Modifiers#
Base Class#
Module#
- class nemo_curator.Modify(
- modifier: DocumentModifier,
- text_field: str = 'text',
- call(
- dataset: DocumentDataset,
Performs an arbitrary operation on a dataset
- Parameters:
dataset (DocumentDataset) – The dataset to operate on
Modifiers#
- class nemo_curator.modifiers.BoilerPlateStringModifier(remove_if_at_top_or_bottom: bool = True)#
If the sentence contains any of the boilerplate strings then discard. This includes things like “terms of use”, “privacy policy”, etc. Source: Adapted significantly from Google C4 processing.
- class nemo_curator.modifiers.FastTextLabelModifier(label: str)#
- class nemo_curator.modifiers.UnicodeReformatter(
- config: ftfy.TextFixerConfig | None = None,
- unescape_html: str | bool = 'auto',
- remove_terminal_escapes: bool = True,
- fix_encoding: bool = True,
- restore_byte_a0: bool = True,
- replace_lossy_sequences: bool = True,
- decode_inconsistent_utf8: bool = True,
- fix_c1_controls: bool = True,
- fix_latin_ligatures: bool = False,
- fix_character_width: bool = False,
- uncurl_quotes: bool = False,
- fix_line_breaks: bool = False,
- fix_surrogates: bool = True,
- remove_control_chars: bool = True,
- normalization: Literal['NFC', 'NFD', 'NFKC', 'NFKD'] | None = None,
- max_decode_length: int = 1000000,
- explain: bool = True,
- class nemo_curator.modifiers.PiiModifier(
- language: str = 'en',
- supported_entities: list[str] | None = None,
- anonymize_action: str = 'redact',
- batch_size: int = 2000,
- device: str = 'gpu',
- **kwargs,
This class is the entry point to using the PII de-identification module on documents stored as CSV, JSONL or other formats. It works with the Modify functionality as shown below:
dataframe = pd.DataFrame({‘text’: [‘Sarah and Ryan went out to play’, ‘Jensen is the CEO of NVIDIA’]}) dd = dask.dataframe.from_pandas(dataframe, npartitions=1) dataset = DocumentDataset(dd)
- modifier = PiiModifier(
batch_size=2000, language=’en’, supported_entities=[‘PERSON’, “EMAIL_ADDRESS”], anonymize_action=’replace’)

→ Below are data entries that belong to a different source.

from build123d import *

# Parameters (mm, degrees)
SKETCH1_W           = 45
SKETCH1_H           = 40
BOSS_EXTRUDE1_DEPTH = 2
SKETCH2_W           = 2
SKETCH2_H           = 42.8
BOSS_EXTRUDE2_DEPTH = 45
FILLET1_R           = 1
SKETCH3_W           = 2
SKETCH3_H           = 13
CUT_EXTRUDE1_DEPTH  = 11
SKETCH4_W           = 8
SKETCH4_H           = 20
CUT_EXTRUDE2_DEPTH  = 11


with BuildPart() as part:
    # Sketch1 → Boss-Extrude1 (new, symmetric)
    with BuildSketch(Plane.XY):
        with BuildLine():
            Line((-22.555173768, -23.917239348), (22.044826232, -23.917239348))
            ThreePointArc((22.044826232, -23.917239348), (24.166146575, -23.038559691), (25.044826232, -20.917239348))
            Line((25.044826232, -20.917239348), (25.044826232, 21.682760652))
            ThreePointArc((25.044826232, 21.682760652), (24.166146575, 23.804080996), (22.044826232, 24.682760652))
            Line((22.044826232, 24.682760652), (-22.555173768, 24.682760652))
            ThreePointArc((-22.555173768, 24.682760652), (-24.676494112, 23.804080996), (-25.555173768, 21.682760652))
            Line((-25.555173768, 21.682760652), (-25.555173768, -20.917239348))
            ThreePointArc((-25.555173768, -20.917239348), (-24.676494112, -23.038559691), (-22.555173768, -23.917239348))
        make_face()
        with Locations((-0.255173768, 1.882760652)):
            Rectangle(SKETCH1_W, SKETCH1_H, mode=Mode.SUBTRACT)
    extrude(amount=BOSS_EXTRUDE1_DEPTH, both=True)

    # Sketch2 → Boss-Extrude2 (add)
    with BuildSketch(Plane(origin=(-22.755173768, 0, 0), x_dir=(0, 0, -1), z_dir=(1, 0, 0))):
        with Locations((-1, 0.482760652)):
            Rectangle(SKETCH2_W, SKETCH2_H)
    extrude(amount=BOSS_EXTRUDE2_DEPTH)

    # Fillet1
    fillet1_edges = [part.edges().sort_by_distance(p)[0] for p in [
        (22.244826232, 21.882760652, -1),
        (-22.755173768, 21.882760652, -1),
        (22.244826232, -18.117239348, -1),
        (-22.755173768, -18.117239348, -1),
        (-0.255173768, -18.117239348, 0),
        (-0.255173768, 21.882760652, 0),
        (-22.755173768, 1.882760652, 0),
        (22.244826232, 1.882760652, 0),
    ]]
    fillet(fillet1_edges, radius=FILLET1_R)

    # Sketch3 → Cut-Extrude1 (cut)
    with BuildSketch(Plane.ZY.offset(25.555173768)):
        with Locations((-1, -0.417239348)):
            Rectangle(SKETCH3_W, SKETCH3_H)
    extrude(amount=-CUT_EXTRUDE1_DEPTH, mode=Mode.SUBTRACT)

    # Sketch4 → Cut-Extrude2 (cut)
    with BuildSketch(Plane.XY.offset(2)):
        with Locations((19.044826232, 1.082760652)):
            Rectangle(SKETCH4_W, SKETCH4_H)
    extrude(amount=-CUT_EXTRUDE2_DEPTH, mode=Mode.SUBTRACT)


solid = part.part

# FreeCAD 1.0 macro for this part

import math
import FreeCAD as App
import Part
import Sketcher

V = App.Vector
Q = App.Units.Quantity


def edges_at(feature, points):
    """Names of the edges that pass closest to the given points."""
    edges = feature.Shape.Edges
    near = lambda p: min(range(len(edges)), key=lambda i: edges[i].distToShape(Part.Vertex(*p))[0])
    return sorted({f"Edge{near(p) + 1}" for p in points})


def add_polygon(sketch, points):
    """Adds a closed chain of lines whose ends are joined by coincident constraints."""
    first, n = sketch.GeometryCount, len(points)
    for a, b in zip(points, points[1:] + points[:1]):
        sketch.addGeometry(Part.LineSegment(App.Vector(*a, 0), App.Vector(*b, 0)), False)
    for i in range(n):
        sketch.addConstraint(Sketcher.Constraint("Coincident", first + i, 2, first + (i + 1) % n, 1))

doc = App.newDocument("Part")
body = doc.addObject("PartDesign::Body", "Body")

# Sketch on XY plane
sketch1 = doc.addObject("Sketcher::SketchObject", "Sketch")
body.addObject(sketch1)
sketch1.AttachmentSupport = (doc.XY_Plane, [""])
sketch1.MapMode = "FlatFace"
sketch1.addGeometry(Part.LineSegment(V(-22.6, -23.9, 0), V(22, -23.9, 0)), False)  # 0
sketch1.addGeometry(Part.ArcOfCircle(Part.Circle(V(22, -20.9, 0), V(0, 0, 1), 3), math.radians(-90), math.radians(0)), False)  # 1
sketch1.addGeometry(Part.LineSegment(V(25, -20.9, 0), V(25, 21.7, 0)), False)  # 2
sketch1.addGeometry(Part.ArcOfCircle(Part.Circle(V(22, 21.7, 0), V(0, 0, 1), 3), math.radians(0), math.radians(90)), False)  # 3
sketch1.addGeometry(Part.LineSegment(V(22, 24.7, 0), V(-22.6, 24.7, 0)), False)  # 4
sketch1.addGeometry(Part.ArcOfCircle(Part.Circle(V(-22.6, 21.7, 0), V(0, 0, 1), 3), math.radians(90), math.radians(180)), False)  # 5
sketch1.addGeometry(Part.LineSegment(V(-25.6, 21.7, 0), V(-25.6, -20.9, 0)), False)  # 6
sketch1.addGeometry(Part.ArcOfCircle(Part.Circle(V(-22.6, -20.9, 0), V(0, 0, 1), 3), math.radians(180), math.radians(270)), False)  # 7
add_polygon(sketch1, [(22.2, -18.1), (-22.8, -18.1), (-22.8, 21.9), (22.2, 21.9)])  # lines 8-11
sketch1.addConstraint(Sketcher.Constraint("Tangent", 0, 2, 1, 1))
sketch1.addConstraint(Sketcher.Constraint("Tangent", 1, 2, 2, 1))
sketch1.addConstraint(Sketcher.Constraint("Tangent", 2, 2, 3, 1))
sketch1.addConstraint(Sketcher.Constraint("Tangent", 3, 2, 4, 1))
sketch1.addConstraint(Sketcher.Constraint("Tangent", 4, 2, 5, 1))
sketch1.addConstraint(Sketcher.Constraint("Tangent", 5, 2, 6, 1))
sketch1.addConstraint(Sketcher.Constraint("Tangent", 6, 2, 7, 1))
sketch1.addConstraint(Sketcher.Constraint("Tangent", 7, 2, 0, 1))
sketch1.addConstraint(Sketcher.Constraint("Horizontal", 0))
sketch1.addConstraint(Sketcher.Constraint("Vertical", 2))
sketch1.addConstraint(Sketcher.Constraint("Horizontal", 4))
sketch1.addConstraint(Sketcher.Constraint("Vertical", 6))
sketch1.addConstraint(Sketcher.Constraint("Horizontal", 8))
sketch1.addConstraint(Sketcher.Constraint("Vertical", 9))
sketch1.addConstraint(Sketcher.Constraint("Horizontal", 10))
sketch1.addConstraint(Sketcher.Constraint("Vertical", 11))
sketch1.addConstraint(Sketcher.Constraint("Equal", 1, 3))
sketch1.addConstraint(Sketcher.Constraint("Equal", 3, 5))
sketch1.addConstraint(Sketcher.Constraint("Equal", 5, 7))
sketch1.addConstraint(Sketcher.Constraint("Radius", 1, Q("3 mm")))
sketch1.addConstraint(Sketcher.Constraint("DistanceX", 8, 2, 8, 1, Q("45 mm")))
sketch1.addConstraint(Sketcher.Constraint("DistanceY", 9, 1, 9, 2, Q("40 mm")))
sketch1.addConstraint(Sketcher.Constraint("DistanceX", 0, 1, 0, 2, Q("44.6 mm")))
sketch1.addConstraint(Sketcher.Constraint("DistanceY", 2, 1, 2, 2, Q("42.6 mm")))
sketch1.addConstraint(Sketcher.Constraint("DistanceX", 8, 2, 7, 3, Q("0.2 mm")))
sketch1.addConstraint(Sketcher.Constraint("DistanceY", 7, 3, 8, 2, Q("2.8 mm")))
sketch1.addConstraint(Sketcher.Constraint("DistanceY", 1, 3, -1, 1, Q("20.917239 mm")))
sketch1.addConstraint(Sketcher.Constraint("DistanceX", -1, 1, 1, 3, Q("22.044826 mm")))
pad1 = doc.addObject("PartDesign::Pad", "Pad")
body.addObject(pad1)
pad1.Profile = sketch1
pad1.Length = 4
pad1.Midplane = True

# Sketch on YZ plane
sketch2 = doc.addObject("Sketcher::SketchObject", "Sketch001")
body.addObject(sketch2)
sketch2.AttachmentSupport = (doc.YZ_Plane, [""])
sketch2.MapMode = "FlatFace"
sketch2.AttachmentOffset = App.Placement(V(0, 0, -22.755174), App.Rotation())
add_polygon(sketch2, [(21.9, 2), (-20.9, 2), (-20.9, 0), (21.9, 0)])  # lines 0-3
sketch2.addConstraint(Sketcher.Constraint("Horizontal", 0))
sketch2.addConstraint(Sketcher.Constraint("Vertical", 1))
sketch2.addConstraint(Sketcher.Constraint("Horizontal", 2))
sketch2.addConstraint(Sketcher.Constraint("Vertical", 3))
sketch2.addConstraint(Sketcher.Constraint("PointOnObject", 1, 2, -1))
sketch2.addConstraint(Sketcher.Constraint("DistanceY", 1, 2, 1, 1, Q("2 mm")))
sketch2.addConstraint(Sketcher.Constraint("DistanceX", 0, 2, 0, 1, Q("42.8 mm")))
sketch2.addConstraint(Sketcher.Constraint("DistanceX", 0, 2, -1, 1, Q("20.917239 mm")))
pad2 = doc.addObject("PartDesign::Pad", "Pad001")
body.addObject(pad2)
pad2.Profile = sketch2
pad2.Length = 45
doc.recompute()

fillet = doc.addObject("PartDesign::Fillet", "Fillet")
body.addObject(fillet)
fillet.Base = (pad2, edges_at(pad2, [
    (22.245, 21.883, -1),
    (-22.755, 21.883, -1),
    (22.245, -18.117, -1),
    (-22.755, -18.117, -1),
    (-0.255, -18.117, 0),
    (-0.255, 21.883, 0),
    (-22.755, 1.883, 0),
    (22.245, 1.883, 0),
]))
fillet.Radius = 1

# Sketch on YZ plane
sketch3 = doc.addObject("Sketcher::SketchObject", "Sketch002")
body.addObject(sketch3)
sketch3.AttachmentSupport = (doc.YZ_Plane, [""])
sketch3.MapMode = "FlatFace"
sketch3.AttachmentOffset = App.Placement(V(0, 0, -25.555174), App.Rotation())
add_polygon(sketch3, [(6.1, -2), (-6.9, -2), (-6.9, 0), (6.1, 0)])  # lines 0-3
sketch3.addConstraint(Sketcher.Constraint("Horizontal", 0))
sketch3.addConstraint(Sketcher.Constraint("Vertical", 1))
sketch3.addConstraint(Sketcher.Constraint("Horizontal", 2))
sketch3.addConstraint(Sketcher.Constraint("Vertical", 3))
sketch3.addConstraint(Sketcher.Constraint("PointOnObject", 1, 2, -1))
sketch3.addConstraint(Sketcher.Constraint("DistanceX", 0, 2, 0, 1, Q("13 mm")))
sketch3.addConstraint(Sketcher.Constraint("DistanceY", 1, 1, 1, 2, Q("2 mm")))
sketch3.addConstraint(Sketcher.Constraint("DistanceX", 0, 2, -1, 1, Q("6.917239 mm")))
pocket1 = doc.addObject("PartDesign::Pocket", "Pocket")
body.addObject(pocket1)
pocket1.Profile = sketch3
pocket1.Length = 11
pocket1.Reversed = True

# Sketch on XY plane
sketch4 = doc.addObject("Sketcher::SketchObject", "Sketch003")
body.addObject(sketch4)
sketch4.AttachmentSupport = (doc.XY_Plane, [""])
sketch4.MapMode = "FlatFace"
sketch4.AttachmentOffset = App.Placement(V(0, 0, 2), App.Rotation())
add_polygon(sketch4, [(15, 11), (15, -9), (23, -9), (23, 11)])  # lines 0-3
sketch4.addConstraint(Sketcher.Constraint("Vertical", 0))
sketch4.addConstraint(Sketcher.Constraint("Horizontal", 1))
sketch4.addConstraint(Sketcher.Constraint("Vertical", 2))
sketch4.addConstraint(Sketcher.Constraint("Horizontal", 3))
sketch4.addConstraint(Sketcher.Constraint("DistanceX", 1, 1, 1, 2, Q("8 mm")))
sketch4.addConstraint(Sketcher.Constraint("DistanceY", 0, 2, 0, 1, Q("20 mm")))
sketch4.addConstraint(Sketcher.Constraint("DistanceY", 0, 2, -1, 1, Q("8.917239 mm")))
sketch4.addConstraint(Sketcher.Constraint("DistanceX", -1, 1, 0, 2, Q("15.044826 mm")))
pocket2 = doc.addObject("PartDesign::Pocket", "Pocket001")
body.addObject(pocket2)
pocket2.Profile = sketch4
pocket2.Length = 11

doc.recompute()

modify = Modify(modifier) modified_dataset = modify(dataset) modified_dataset.df.to_json(‘output_files/*.jsonl’, lines=True, orient=’records’)
- load_deidentifier() PiiDeidentifier #
Helper function to load the de-identifier
- class nemo_curator.modifiers.LineRemover(patterns: list[str])#
Removes lines from a document if the content of the line matches a given string.
- class nemo_curator.modifiers.MarkdownRemover#
Removes Markdown formatting in a document including bold, italic, underline, and URL text.
- class nemo_curator.modifiers.NewlineNormalizer#
Replaces 3 or more consecutive newline characters with only 2 newline characters.
- class nemo_curator.modifiers.UrlRemover#
Removes all URLs in a document.
- class nemo_curator.modifiers.Slicer(
- left: int | str | None = 0,
- right: str | int | None = None,
- include_left: bool = True,
- include_right: bool = True,
- strip: bool = True,
Slices a document based on indices or strings.
- class nemo_curator.modifiers.QuotationRemover#
Removes quotations from a document following a few rules: - If the document is less than 2 characters, it is returned unchanged. - If the document starts and ends with a quotation mark and there are
no newlines in the document, the quotation marks are removed.
- If the document starts and ends with a quotation mark and there are
newlines in the document, the quotation marks are removed only if the first line does not end with a quotation mark.